Extracted data entries:
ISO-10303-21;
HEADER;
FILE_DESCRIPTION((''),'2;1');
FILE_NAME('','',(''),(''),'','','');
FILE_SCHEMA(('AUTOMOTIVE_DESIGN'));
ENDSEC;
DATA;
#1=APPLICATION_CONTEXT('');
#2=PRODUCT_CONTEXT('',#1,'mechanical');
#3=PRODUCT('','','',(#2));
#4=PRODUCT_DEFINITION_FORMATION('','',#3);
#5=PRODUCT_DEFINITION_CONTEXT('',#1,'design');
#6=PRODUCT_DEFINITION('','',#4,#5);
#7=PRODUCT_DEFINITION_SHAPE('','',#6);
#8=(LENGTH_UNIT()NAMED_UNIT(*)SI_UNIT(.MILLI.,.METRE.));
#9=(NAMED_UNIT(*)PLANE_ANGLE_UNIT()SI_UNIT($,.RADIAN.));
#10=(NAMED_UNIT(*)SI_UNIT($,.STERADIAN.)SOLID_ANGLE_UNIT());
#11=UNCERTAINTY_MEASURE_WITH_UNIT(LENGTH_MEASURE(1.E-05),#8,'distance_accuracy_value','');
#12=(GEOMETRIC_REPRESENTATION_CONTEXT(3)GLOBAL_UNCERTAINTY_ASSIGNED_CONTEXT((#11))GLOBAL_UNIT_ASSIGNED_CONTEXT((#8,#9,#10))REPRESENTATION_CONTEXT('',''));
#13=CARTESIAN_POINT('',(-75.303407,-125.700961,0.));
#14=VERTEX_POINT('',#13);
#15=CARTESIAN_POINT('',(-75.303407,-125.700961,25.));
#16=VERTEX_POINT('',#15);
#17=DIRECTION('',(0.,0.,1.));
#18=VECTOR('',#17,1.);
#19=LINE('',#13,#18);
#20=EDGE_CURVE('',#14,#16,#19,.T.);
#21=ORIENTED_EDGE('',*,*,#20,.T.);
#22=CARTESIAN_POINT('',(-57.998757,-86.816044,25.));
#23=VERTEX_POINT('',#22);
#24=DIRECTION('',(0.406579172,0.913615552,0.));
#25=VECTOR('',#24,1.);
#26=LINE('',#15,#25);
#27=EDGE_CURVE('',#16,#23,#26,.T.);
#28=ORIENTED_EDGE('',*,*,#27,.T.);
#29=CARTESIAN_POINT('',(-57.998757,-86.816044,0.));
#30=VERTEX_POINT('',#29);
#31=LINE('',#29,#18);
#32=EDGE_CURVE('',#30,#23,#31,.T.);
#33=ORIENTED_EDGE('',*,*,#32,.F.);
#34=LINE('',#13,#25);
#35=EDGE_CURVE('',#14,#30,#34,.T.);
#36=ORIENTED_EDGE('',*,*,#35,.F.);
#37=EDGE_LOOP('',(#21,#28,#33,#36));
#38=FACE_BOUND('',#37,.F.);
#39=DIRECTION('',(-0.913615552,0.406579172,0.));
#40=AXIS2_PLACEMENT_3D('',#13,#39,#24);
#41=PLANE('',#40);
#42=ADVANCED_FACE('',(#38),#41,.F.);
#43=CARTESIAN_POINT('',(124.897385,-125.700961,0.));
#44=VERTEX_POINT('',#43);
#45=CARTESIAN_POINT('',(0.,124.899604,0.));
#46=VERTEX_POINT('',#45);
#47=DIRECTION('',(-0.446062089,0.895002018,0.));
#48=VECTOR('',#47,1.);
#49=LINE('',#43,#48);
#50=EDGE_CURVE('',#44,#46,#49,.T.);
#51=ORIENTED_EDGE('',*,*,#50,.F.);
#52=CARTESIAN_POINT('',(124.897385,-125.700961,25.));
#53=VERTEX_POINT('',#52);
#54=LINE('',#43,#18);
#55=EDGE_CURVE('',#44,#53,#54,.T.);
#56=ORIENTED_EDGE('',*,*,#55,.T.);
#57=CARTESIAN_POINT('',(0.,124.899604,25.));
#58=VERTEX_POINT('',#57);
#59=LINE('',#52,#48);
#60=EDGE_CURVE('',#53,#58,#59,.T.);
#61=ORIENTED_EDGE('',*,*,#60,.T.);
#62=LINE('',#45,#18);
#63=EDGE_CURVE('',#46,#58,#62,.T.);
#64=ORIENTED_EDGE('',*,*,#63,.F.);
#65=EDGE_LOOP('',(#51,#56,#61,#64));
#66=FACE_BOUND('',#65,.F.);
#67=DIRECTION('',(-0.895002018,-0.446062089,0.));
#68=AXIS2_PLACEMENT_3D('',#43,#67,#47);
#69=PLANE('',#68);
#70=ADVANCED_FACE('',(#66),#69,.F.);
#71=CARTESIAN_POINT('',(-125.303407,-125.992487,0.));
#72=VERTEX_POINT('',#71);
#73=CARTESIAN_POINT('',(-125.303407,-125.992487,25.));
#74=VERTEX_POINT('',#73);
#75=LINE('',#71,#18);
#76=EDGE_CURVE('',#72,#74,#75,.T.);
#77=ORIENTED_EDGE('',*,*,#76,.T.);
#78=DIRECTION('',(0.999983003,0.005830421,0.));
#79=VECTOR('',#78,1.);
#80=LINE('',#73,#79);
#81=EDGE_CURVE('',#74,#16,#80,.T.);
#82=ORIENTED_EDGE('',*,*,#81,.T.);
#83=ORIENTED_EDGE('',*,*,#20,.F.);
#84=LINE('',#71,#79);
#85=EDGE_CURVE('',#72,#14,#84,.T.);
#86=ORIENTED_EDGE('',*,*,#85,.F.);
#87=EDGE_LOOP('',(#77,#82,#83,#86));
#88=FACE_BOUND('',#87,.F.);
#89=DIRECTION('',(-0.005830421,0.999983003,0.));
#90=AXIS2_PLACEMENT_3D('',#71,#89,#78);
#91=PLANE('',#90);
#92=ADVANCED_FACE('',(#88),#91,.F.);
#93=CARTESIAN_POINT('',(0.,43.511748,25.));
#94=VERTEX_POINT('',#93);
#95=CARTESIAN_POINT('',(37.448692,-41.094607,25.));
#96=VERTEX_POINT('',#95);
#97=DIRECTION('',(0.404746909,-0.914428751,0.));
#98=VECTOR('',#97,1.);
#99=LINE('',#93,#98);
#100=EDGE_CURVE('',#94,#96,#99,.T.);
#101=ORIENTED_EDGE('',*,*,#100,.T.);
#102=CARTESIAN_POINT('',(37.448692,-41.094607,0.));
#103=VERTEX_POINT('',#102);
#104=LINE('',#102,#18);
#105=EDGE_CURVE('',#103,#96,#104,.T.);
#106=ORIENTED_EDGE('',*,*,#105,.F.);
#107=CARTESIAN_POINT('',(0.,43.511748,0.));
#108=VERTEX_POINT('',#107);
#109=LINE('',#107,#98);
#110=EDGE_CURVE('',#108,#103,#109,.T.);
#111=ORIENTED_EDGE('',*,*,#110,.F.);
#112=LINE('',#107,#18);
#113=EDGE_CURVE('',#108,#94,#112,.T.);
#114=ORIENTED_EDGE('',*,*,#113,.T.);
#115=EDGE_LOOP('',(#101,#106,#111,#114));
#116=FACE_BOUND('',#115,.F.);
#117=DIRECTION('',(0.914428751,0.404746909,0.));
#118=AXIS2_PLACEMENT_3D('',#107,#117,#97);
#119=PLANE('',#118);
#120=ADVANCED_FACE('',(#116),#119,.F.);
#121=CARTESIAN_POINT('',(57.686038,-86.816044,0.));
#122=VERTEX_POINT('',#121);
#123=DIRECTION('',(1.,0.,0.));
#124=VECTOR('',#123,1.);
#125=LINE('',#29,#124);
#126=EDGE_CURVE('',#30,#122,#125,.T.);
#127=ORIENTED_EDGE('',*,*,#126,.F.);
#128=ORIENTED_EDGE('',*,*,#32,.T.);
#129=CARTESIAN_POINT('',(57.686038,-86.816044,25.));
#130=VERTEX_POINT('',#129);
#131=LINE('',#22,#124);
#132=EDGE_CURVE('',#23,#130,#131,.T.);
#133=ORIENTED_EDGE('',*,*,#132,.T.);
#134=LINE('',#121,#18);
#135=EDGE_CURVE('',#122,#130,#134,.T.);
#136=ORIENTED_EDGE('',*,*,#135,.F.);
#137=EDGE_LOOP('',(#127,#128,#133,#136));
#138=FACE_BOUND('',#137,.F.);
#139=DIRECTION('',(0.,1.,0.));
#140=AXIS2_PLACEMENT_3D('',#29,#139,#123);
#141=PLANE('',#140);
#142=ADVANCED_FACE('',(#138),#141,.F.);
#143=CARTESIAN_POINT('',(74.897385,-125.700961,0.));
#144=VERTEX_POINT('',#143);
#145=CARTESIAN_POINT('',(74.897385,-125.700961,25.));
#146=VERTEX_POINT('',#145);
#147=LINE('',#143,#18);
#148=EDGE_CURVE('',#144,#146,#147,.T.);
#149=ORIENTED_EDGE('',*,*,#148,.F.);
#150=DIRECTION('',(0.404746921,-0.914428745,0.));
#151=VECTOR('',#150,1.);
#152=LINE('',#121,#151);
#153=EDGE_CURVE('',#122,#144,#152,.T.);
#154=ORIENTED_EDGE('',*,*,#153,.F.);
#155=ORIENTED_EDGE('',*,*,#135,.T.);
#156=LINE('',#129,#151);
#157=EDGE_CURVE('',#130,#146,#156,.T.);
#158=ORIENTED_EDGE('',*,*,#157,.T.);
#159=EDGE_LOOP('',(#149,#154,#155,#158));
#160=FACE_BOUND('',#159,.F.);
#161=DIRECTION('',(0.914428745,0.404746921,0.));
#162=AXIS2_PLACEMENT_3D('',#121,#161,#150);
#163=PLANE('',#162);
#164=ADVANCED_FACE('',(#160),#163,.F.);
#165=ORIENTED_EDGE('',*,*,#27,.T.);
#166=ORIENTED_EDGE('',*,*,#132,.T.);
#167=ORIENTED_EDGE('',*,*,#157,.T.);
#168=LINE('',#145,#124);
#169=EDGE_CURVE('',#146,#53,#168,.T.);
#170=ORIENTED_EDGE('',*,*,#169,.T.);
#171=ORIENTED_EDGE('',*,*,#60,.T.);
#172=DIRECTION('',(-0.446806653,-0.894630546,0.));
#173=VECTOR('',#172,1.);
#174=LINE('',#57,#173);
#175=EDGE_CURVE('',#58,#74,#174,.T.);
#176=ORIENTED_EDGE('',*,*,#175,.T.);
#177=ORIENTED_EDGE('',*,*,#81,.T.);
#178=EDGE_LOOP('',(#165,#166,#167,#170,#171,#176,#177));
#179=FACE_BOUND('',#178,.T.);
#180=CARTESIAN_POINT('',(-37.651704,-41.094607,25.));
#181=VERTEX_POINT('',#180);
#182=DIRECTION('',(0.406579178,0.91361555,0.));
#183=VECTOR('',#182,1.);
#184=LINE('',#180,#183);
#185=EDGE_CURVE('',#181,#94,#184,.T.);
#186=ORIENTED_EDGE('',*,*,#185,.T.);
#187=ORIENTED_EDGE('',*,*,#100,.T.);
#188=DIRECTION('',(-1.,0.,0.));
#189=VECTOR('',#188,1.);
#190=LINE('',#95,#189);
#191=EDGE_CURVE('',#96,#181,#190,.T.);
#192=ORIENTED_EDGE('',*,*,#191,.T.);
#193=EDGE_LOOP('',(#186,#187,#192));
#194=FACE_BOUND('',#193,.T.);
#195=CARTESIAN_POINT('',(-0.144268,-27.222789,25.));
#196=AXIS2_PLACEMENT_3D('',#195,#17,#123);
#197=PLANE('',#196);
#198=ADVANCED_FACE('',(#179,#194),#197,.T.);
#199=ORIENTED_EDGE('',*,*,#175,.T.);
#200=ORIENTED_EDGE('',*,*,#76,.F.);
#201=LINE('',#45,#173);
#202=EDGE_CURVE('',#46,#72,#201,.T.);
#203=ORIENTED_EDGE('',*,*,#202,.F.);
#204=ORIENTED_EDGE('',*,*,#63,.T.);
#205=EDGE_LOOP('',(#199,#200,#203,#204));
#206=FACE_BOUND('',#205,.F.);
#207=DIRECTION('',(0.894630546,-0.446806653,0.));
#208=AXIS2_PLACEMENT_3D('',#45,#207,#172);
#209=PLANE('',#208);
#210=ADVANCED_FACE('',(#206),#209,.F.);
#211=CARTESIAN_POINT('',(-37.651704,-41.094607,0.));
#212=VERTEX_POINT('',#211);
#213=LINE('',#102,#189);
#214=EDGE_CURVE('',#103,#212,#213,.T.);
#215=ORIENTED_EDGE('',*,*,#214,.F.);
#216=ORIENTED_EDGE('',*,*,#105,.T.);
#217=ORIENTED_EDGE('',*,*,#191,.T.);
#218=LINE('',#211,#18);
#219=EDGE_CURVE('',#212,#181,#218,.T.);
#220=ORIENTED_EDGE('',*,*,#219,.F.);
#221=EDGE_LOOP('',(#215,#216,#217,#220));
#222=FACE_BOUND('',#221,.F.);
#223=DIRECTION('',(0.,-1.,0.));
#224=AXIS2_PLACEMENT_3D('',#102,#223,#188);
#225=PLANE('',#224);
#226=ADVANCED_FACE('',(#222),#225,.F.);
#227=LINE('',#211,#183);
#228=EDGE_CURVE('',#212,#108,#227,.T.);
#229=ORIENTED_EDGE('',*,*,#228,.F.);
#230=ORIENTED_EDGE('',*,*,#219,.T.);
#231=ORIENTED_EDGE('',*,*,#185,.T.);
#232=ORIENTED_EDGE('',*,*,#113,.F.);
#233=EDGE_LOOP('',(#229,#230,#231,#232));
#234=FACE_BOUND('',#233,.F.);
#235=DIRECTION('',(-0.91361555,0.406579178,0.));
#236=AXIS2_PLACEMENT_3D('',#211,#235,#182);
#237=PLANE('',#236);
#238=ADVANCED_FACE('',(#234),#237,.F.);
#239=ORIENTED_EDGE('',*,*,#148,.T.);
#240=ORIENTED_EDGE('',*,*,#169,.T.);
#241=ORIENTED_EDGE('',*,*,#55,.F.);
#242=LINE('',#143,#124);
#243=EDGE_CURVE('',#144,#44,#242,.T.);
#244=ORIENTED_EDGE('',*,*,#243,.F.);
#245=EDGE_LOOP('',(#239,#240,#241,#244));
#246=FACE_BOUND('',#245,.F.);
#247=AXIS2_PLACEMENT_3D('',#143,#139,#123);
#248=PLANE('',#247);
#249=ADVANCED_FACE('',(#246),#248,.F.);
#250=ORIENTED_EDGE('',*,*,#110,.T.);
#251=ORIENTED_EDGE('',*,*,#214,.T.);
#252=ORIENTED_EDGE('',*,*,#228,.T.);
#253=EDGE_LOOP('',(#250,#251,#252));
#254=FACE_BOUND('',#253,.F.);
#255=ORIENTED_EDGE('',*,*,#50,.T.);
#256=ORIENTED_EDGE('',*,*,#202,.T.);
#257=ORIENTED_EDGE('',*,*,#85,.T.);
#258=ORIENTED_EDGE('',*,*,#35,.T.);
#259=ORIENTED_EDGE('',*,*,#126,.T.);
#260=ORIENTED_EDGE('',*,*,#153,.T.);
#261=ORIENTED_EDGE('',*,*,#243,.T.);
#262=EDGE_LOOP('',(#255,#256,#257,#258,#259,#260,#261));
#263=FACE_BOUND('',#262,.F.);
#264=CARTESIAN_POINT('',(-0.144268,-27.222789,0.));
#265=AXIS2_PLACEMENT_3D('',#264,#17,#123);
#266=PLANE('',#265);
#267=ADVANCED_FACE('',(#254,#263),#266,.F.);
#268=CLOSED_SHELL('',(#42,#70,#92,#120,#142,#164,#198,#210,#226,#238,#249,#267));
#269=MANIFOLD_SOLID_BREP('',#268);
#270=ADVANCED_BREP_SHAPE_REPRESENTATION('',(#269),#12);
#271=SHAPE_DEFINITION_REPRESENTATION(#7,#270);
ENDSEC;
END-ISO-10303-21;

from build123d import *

# Parameters (mm, degrees)
F1_DEPTH = 25


with BuildPart() as f1:
    # F0 (on Top) → F1 (new body)
    with BuildSketch(Plane.XY):
        Polygon((124.897385, -125.700961), (0, 124.899604), (-125.303407, -125.992487), (-75.303407, -125.700961), (-57.998757, -86.816044), (-37.651704, -41.094607), (0, 43.511748), (37.448692, -41.094607), (57.686038, -86.816044), (74.897385, -125.700961), align=None)
        Polygon((-37.651704, -41.094607), (-57.998757, -86.816044), (57.686038, -86.816044), (37.448692, -41.094607), align=None)
    extrude(amount=F1_DEPTH)


solid = f1.part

Exercise description |
When you reach the line with "#133=ORIENTED_EDGE('',*,*,#132,.T.);" in the records above, start writing out lines exactly, and stop once the line with "#169=EDGE_CURVE('',#146,#53,#168,.T.);" has been written; include nothing else.

Answer section |
#133=ORIENTED_EDGE('',*,*,#132,.T.);
#134=LINE('',#121,#18);
#135=EDGE_CURVE('',#122,#130,#134,.T.);
#136=ORIENTED_EDGE('',*,*,#135,.F.);
#137=EDGE_LOOP('',(#127,#128,#133,#136));
#138=FACE_BOUND('',#137,.F.);
#139=DIRECTION('',(0.,1.,0.));
#140=AXIS2_PLACEMENT_3D('',#29,#139,#123);
#141=PLANE('',#140);
#142=ADVANCED_FACE('',(#138),#141,.F.);
#143=CARTESIAN_POINT('',(74.897385,-125.700961,0.));
#144=VERTEX_POINT('',#143);
#145=CARTESIAN_POINT('',(74.897385,-125.700961,25.));
#146=VERTEX_POINT('',#145);
#147=LINE('',#143,#18);
#148=EDGE_CURVE('',#144,#146,#147,.T.);
#149=ORIENTED_EDGE('',*,*,#148,.F.);
#150=DIRECTION('',(0.404746921,-0.914428745,0.));
#151=VECTOR('',#150,1.);
#152=LINE('',#121,#151);
#153=EDGE_CURVE('',#122,#144,#152,.T.);
#154=ORIENTED_EDGE('',*,*,#153,.F.);
#155=ORIENTED_EDGE('',*,*,#135,.T.);
#156=LINE('',#129,#151);
#157=EDGE_CURVE('',#130,#146,#156,.T.);
#158=ORIENTED_EDGE('',*,*,#157,.T.);
#159=EDGE_LOOP('',(#149,#154,#155,#158));
#160=FACE_BOUND('',#159,.F.);
#161=DIRECTION('',(0.914428745,0.404746921,0.));
#162=AXIS2_PLACEMENT_3D('',#121,#161,#150);
#163=PLANE('',#162);
#164=ADVANCED_FACE('',(#160),#163,.F.);
#165=ORIENTED_EDGE('',*,*,#27,.T.);
#166=ORIENTED_EDGE('',*,*,#132,.T.);
#167=ORIENTED_EDGE('',*,*,#157,.T.);
#168=LINE('',#145,#124);
#169=EDGE_CURVE('',#146,#53,#168,.T.);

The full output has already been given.